1975年、静岡県清水市(現:静岡市清水区)生まれ。自営業の家に生まれ、親戚一同も会社経営をしている環境から、幼少期より受付に立ち、商売の基礎を肌で感じながら育つ。

大学入学と同時にお笑い芸人としての活動を開始。活動中には九州松早グループが運営するファミリーマートのCMにも出演する。その後、父の急逝を機に大学卒業後、清水市役所へ奉職。

市役所勤務から独立へ

市役所在職中に中小企業診断士の取得を決意。昼は公務員として働き、夜は受験勉強、週末は現場経験を積むため無給でイタリアンレストランでの修行を重ねるという生活を継続。6年間の猛勉強の末、難関の中小企業診断士資格を取得する。

資格取得を機に7年勤めた市役所を退職。退職後、有限会社繁盛店研究所(旧:有限会社マーケット・クリエーション)を設立し、独立を果たす。

「笑人の繁盛術」による圧倒的な実績

お笑い芸人時代の経験を活かし、小売店・飲食店・美容室・整体院などの集客や販促に、お笑い芸人の思考法や漫才の手法を導入。独自のメソッド「笑人の繁盛術」を用いたコンサルティングにより、クライアントの業績を次々と向上させる。
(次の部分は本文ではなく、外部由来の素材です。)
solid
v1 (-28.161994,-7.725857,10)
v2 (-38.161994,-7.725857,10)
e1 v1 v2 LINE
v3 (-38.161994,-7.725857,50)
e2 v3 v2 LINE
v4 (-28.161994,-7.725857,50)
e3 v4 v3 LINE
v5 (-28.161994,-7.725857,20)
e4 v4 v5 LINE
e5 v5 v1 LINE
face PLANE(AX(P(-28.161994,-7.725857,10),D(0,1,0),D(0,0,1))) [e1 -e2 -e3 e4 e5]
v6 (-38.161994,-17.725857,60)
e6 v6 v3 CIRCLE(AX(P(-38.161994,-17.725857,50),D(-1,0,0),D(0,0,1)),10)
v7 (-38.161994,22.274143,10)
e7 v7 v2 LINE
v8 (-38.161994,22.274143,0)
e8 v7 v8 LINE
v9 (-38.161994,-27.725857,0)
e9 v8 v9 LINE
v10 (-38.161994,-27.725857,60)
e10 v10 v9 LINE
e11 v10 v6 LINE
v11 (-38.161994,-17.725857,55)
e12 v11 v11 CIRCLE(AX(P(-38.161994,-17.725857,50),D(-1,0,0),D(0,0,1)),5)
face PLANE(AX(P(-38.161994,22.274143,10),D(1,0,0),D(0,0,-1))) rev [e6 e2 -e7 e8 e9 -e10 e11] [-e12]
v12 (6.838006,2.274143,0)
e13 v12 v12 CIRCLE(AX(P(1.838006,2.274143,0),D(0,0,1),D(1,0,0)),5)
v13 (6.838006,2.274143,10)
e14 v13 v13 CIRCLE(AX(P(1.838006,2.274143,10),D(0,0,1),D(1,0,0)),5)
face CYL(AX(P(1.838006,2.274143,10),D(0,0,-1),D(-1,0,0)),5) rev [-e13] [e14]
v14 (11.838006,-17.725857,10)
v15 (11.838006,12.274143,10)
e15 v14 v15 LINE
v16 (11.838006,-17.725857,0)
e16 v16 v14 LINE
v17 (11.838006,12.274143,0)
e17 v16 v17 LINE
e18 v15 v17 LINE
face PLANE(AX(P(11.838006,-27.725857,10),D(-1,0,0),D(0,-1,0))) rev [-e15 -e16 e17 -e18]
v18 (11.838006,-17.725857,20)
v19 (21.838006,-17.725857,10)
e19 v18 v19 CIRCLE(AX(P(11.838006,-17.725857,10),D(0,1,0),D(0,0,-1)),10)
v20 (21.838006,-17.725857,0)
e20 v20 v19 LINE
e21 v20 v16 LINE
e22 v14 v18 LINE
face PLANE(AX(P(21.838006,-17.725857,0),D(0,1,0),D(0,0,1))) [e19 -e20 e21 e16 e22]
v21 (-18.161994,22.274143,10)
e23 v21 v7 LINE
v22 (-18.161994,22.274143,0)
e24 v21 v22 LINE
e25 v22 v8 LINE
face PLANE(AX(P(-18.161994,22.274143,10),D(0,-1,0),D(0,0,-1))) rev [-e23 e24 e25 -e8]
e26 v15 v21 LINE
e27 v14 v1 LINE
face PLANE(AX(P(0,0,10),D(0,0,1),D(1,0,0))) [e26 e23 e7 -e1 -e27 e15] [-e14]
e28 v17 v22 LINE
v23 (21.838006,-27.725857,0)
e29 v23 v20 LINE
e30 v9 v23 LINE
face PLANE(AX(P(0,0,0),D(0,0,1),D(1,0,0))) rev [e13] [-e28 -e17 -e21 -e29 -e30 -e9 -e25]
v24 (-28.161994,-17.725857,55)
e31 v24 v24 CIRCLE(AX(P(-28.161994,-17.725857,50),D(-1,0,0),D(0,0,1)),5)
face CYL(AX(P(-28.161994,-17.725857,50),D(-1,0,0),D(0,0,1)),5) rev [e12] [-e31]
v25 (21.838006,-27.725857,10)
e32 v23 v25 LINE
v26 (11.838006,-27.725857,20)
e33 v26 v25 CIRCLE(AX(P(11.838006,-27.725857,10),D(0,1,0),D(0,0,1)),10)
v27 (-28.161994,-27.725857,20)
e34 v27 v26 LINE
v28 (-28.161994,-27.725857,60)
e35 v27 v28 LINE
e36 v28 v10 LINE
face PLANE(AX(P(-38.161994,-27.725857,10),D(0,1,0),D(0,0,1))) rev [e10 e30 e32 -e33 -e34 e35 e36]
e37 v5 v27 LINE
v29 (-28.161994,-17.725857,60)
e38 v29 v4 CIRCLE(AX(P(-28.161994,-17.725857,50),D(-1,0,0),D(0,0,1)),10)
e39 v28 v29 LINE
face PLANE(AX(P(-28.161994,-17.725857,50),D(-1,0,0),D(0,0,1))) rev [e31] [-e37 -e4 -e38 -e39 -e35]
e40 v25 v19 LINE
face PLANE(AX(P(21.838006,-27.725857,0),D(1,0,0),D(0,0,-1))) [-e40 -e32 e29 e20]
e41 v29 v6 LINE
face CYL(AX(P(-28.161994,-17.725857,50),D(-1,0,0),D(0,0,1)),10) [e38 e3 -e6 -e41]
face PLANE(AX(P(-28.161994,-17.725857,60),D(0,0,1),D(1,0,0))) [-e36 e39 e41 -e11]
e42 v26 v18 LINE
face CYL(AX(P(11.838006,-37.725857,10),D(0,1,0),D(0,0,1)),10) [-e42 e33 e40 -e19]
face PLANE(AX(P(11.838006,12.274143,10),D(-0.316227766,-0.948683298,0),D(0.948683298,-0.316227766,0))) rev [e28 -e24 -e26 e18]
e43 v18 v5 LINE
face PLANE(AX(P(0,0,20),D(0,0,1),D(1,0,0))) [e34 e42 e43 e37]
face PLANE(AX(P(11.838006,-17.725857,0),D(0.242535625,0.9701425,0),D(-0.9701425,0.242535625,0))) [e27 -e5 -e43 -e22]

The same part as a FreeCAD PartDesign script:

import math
import FreeCAD as App
import Part
import Sketcher
from FreeCAD import Vector


def add_polygon(sketch, points):
    """Adds a closed chain of lines whose ends are joined by coincident constraints."""
    first, n = sketch.GeometryCount, len(points)
    for a, b in zip(points, points[1:] + points[:1]):
        sketch.addGeometry(Part.LineSegment(App.Vector(*a, 0), App.Vector(*b, 0)), False)
    for i in range(n):
        sketch.addConstraint(Sketcher.Constraint("Coincident", first + i, 2, first + (i + 1) % n, 1))

doc = App.newDocument("Part")
params = doc.addObject("Spreadsheet::Sheet", "Params")
for row, (alias, value) in enumerate([
    ("sketch1_diameter", "10 mm"),
    ("sketch1_width", "50 mm"),
    ("sketch1_width2", "20 mm"),
    ("sketch1_height", "40 mm"),
    ("pad1_length", "10 mm"),
    ("sketch2_diameter", "10 mm"),
    ("sketch2_radius", "10 mm"),
    ("sketch2_width", "20 mm"),
    ("sketch2_height", "40 mm"),
    ("pad2_length", "10 mm"),
    ("sketch3_width", "50 mm"),
    ("sketch3_width2", "10 mm"),
    ("sketch3_height", "20 mm"),
    ("pad3_length", "20 mm"),
    ("sketch4_radius", "10 mm"),
    ("sketch4_height", "10 mm"),
    ("pocket1_length", "20 mm"),
], start=1):
    params.set(f"A{row}", alias)
    params.set(f"B{row}", "=" + value)
    params.setAlias(f"B{row}", alias)

body = doc.addObject("PartDesign::Body", "Body")

# Sketch on XY plane
sketch1 = doc.addObject("Sketcher::SketchObject", "Sketch")
body.addObject(sketch1)
sketch1.AttachmentSupport = (doc.XY_Plane, [""])
sketch1.MapMode = "FlatFace"
add_polygon(sketch1, [(-38, 22), (-38, -28), (12, -28), (12, 12), (-18, 22)])  # lines 0-4
sketch1.addGeometry(Part.Circle(Vector(2, 2, 0), Vector(0, 0, 1), 5), False)  # 5
sketch1.addConstraint(Sketcher.Constraint("Vertical", 0))
sketch1.addConstraint(Sketcher.Constraint("Horizontal", 1))
sketch1.addConstraint(Sketcher.Constraint("Vertical", 2))
sketch1.addConstraint(Sketcher.Constraint("Horizontal", 4))
sketch1.addConstraint(Sketcher.Constraint("Equal", 1, 0))
sketch1.addConstraint(Sketcher.Constraint("Diameter", 5, 10.0))
sketch1.addConstraint(Sketcher.Constraint("DistanceX", 1, 1, 1, 2, 50.0))
sketch1.addConstraint(Sketcher.Constraint("DistanceX", 4, 2, 4, 1, 20.0))
sketch1.addConstraint(Sketcher.Constraint("DistanceY", 2, 1, 2, 2, 40.0))
sketch1.addConstraint(Sketcher.Constraint("DistanceX", 0, 2, 5, 3, 40.0))
sketch1.addConstraint(Sketcher.Constraint("DistanceY", 0, 2, 5, 3, 30.0))
sketch1.addConstraint(Sketcher.Constraint("DistanceX", -1, 1, 5, 3, 1.838006))
sketch1.addConstraint(Sketcher.Constraint("DistanceY", -1, 1, 5, 3, 2.274143))
sketch1.setExpression("Constraints[10]", "Params.sketch1_diameter")
sketch1.setExpression("Constraints[11]", "Params.sketch1_width")
sketch1.setExpression("Constraints[12]", "Params.sketch1_width2")
sketch1.setExpression("Constraints[13]", "Params.sketch1_height")
pad1 = doc.addObject("PartDesign::Pad", "Pad")
body.addObject(pad1)
pad1.Profile = sketch1
pad1.setExpression("Length", "Params.pad1_length")

# Sketch on YZ plane
sketch2 = doc.addObject("Sketcher::SketchObject", "Sketch001")
body.addObject(sketch2)
sketch2.AttachmentSupport = (doc.YZ_Plane, [""])
sketch2.MapMode = "FlatFace"
sketch2.AttachmentOffset = App.Placement(Vector(0, 0, -38.161994), App.Rotation())
sketch2.addGeometry(Part.LineSegment(Vector(-8, 50, 0), Vector(-8, 10, 0)), False)
sketch2.addGeometry(Part.LineSegment(Vector(-8, 10, 0), Vector(-28, 10, 0)), False)
sketch2.addGeometry(Part.LineSegment(Vector(-28, 10, 0), Vector(-28, 60, 0)), False)
sketch2.addGeometry(Part.LineSegment(Vector(-28, 60, 0), Vector(-18, 60, 0)), False)
sketch2.addGeometry(Part.ArcOfCircle(Part.Circle(Vector(-18, 50, 0), Vector(0, 0, 1), 10), math.radians(0), math.radians(90)), False)
sketch2.addGeometry(Part.Circle(Vector(-18, 50, 0), Vector(0, 0, 1), 5), False)
sketch2.addConstraint(Sketcher.Constraint("Coincident", 0, 2, 1, 1))
sketch2.addConstraint(Sketcher.Constraint("Coincident", 1, 2, 2, 1))
sketch2.addConstraint(Sketcher.Constraint("Coincident", 2, 2, 3, 1))
sketch2.addConstraint(Sketcher.Constraint("Tangent", 3, 2, 4, 2))
sketch2.addConstraint(Sketcher.Constraint("Tangent", 4, 1, 0, 1))
sketch2.addConstraint(Sketcher.Constraint("Vertical", 0))
sketch2.addConstraint(Sketcher.Constraint("Horizontal", 1))
sketch2.addConstraint(Sketcher.Constraint("Vertical", 2))
sketch2.addConstraint(Sketcher.Constraint("Horizontal", 3))
sketch2.addConstraint(Sketcher.Constraint("Coincident", 5, 3, 4, 3))
sketch2.addConstraint(Sketcher.Constraint("Diameter", 5, 10.0))
sketch2.addConstraint(Sketcher.Constraint("Radius", 4, 10.0))
sketch2.addConstraint(Sketcher.Constraint("DistanceX", 1, 2, 1, 1, 20.0))
sketch2.addConstraint(Sketcher.Constraint("DistanceY", 0, 2, 0, 1, 40.0))
sketch2.addConstraint(Sketcher.Constraint("DistanceY", -1, 1, 4, 3, 50.0))
sketch2.addConstraint(Sketcher.Constraint("DistanceX", 4, 3, -1, 1, 17.725857))
sketch2.setExpression("Constraints[10]", "Params.sketch2_diameter")
sketch2.setExpression("Constraints[11]", "Params.sketch2_radius")
sketch2.setExpression("Constraints[12]", "Params.sketch2_width")
sketch2.setExpression("Constraints[13]", "Params.sketch2_height")
pad2 = doc.addObject("PartDesign::Pad", "Pad001")
body.addObject(pad2)
pad2.Profile = sketch2
pad2.setExpression("Length", "Params.pad2_length")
専門用語を使わない分かりやすい内容のメールマガジンは、読者数1万人を突破。多くの業績アップ報告が寄せられている。また、会員制サポート「増益繁盛クラブ」は、日本全国(北海道〜沖縄)のみならずアメリカからの参加者もおり、その活動はテレビ番組『ガイアの夜明け』でも取り上げられ大きな注目を浴びた。

多角的な活動と信念

現在は、プロのコンサルタントが購読する専門誌『企業診断』(同友館)での連載も手がけ、「コンサルタントのコンサルタント」としても高い評価を得ている。また、自身の経験から確立した株式投資メソッドを伝えるコミュニティ「株研」も運営。

多忙を極める現在も、毎月1回の先祖への墓参りを欠かさない。家族をこよなく愛するマーケッターである。